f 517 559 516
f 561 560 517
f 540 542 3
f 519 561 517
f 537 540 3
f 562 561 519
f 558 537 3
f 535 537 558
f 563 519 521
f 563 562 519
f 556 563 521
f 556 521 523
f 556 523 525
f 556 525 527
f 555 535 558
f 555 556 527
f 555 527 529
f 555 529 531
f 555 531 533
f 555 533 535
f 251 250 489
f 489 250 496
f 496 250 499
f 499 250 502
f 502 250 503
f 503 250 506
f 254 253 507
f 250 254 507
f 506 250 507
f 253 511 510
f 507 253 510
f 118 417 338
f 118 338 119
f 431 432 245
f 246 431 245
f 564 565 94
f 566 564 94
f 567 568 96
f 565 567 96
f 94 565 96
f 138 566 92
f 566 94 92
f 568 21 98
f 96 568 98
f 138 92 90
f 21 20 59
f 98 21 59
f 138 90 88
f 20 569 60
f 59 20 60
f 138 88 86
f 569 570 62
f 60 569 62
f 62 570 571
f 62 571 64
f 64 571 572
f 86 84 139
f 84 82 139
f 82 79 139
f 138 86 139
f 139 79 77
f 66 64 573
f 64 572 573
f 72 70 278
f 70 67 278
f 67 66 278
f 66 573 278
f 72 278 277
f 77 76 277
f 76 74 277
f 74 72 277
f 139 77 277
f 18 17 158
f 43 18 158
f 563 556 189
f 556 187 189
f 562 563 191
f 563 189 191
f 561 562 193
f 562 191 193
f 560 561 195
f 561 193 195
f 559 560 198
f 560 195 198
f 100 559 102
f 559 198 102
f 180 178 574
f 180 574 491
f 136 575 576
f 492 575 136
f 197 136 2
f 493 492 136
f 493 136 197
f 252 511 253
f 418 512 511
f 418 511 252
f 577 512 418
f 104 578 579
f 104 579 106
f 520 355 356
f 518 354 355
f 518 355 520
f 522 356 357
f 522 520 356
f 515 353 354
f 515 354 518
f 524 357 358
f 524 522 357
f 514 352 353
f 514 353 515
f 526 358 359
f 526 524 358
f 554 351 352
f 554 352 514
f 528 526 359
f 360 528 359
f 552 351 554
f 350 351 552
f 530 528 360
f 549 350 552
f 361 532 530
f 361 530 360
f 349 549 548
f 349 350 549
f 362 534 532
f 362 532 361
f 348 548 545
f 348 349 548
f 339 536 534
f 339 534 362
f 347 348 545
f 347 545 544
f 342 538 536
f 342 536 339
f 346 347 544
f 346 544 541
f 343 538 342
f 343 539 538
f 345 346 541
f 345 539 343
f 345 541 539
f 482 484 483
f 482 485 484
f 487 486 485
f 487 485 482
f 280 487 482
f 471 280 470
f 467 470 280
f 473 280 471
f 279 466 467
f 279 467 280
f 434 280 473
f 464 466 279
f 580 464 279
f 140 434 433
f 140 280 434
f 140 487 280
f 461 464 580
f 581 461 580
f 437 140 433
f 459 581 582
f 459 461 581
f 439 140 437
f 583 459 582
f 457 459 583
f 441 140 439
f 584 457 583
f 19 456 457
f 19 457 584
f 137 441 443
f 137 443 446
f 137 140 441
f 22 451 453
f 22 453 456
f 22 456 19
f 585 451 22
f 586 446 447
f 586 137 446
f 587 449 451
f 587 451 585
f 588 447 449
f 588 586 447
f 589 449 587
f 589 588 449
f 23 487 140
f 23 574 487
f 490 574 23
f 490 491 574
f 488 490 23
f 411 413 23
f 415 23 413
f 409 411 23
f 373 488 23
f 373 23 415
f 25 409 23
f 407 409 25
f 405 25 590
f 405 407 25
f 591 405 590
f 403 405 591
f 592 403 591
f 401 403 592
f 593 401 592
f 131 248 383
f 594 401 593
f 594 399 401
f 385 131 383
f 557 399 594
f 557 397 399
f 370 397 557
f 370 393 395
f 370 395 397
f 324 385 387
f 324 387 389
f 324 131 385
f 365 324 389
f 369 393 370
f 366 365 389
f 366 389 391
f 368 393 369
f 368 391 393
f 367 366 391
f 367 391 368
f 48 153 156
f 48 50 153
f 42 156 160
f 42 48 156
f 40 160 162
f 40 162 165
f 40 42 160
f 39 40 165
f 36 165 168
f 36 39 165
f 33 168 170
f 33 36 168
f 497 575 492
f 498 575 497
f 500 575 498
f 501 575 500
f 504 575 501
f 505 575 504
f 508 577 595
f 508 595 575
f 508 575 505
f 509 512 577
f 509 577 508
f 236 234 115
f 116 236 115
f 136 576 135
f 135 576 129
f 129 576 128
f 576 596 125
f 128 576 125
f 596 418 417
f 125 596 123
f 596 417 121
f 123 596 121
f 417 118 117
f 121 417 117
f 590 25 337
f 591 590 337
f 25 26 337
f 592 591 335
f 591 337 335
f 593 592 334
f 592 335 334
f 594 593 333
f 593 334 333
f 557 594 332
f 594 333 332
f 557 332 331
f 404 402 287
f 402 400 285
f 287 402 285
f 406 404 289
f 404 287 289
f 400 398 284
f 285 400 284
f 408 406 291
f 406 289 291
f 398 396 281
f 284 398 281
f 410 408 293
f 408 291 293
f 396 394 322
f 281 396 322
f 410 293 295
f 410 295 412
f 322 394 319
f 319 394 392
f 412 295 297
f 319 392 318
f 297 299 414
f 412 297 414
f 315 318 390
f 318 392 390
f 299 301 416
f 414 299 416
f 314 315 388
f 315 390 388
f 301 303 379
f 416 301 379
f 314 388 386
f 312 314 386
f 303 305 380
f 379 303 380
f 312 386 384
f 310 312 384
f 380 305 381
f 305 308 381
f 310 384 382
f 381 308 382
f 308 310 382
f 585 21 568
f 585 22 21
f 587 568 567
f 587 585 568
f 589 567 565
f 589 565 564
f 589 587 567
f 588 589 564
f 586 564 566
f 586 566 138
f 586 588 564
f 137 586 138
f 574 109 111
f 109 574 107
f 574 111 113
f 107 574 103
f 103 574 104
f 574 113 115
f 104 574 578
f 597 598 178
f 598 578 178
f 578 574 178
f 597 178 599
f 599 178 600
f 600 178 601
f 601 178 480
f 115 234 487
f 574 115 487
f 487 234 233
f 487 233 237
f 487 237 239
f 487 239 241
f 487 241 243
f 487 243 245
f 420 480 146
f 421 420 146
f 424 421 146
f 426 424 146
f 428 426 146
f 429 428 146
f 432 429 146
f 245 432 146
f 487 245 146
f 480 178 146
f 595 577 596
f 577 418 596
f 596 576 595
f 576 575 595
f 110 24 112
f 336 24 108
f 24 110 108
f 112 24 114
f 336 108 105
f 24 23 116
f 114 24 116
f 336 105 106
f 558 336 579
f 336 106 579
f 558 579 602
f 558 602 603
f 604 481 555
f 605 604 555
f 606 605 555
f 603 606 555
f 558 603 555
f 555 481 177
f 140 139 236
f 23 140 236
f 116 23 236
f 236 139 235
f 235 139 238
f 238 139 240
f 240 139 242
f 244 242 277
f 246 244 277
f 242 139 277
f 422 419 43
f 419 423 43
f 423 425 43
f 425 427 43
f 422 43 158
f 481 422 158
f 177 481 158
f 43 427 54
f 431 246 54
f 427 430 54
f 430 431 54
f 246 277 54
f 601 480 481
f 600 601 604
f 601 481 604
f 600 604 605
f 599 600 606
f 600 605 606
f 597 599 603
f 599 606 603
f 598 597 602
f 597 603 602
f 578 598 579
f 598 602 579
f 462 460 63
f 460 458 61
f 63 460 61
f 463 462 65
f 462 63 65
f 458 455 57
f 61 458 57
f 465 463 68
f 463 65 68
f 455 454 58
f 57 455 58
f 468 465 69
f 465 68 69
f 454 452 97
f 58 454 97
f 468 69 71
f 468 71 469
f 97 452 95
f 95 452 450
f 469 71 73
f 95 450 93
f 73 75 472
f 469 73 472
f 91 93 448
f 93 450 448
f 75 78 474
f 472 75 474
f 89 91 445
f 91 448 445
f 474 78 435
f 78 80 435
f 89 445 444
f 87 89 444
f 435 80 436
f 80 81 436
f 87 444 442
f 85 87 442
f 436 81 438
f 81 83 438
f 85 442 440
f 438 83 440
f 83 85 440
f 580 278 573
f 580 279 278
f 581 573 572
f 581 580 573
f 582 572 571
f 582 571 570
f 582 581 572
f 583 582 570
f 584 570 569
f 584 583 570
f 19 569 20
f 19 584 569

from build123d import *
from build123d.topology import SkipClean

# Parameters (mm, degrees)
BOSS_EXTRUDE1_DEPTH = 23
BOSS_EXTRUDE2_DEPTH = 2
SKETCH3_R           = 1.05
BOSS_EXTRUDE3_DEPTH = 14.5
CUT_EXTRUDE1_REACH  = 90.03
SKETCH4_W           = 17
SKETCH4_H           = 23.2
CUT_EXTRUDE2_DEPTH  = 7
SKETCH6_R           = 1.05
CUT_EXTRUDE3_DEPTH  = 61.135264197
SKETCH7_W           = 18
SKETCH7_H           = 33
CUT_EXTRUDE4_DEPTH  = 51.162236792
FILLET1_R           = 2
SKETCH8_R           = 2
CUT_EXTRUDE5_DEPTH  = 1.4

→ Aim of the task
One figure is all that is needed: the number of lines above in which the word "import" appears.

→ Written solution
2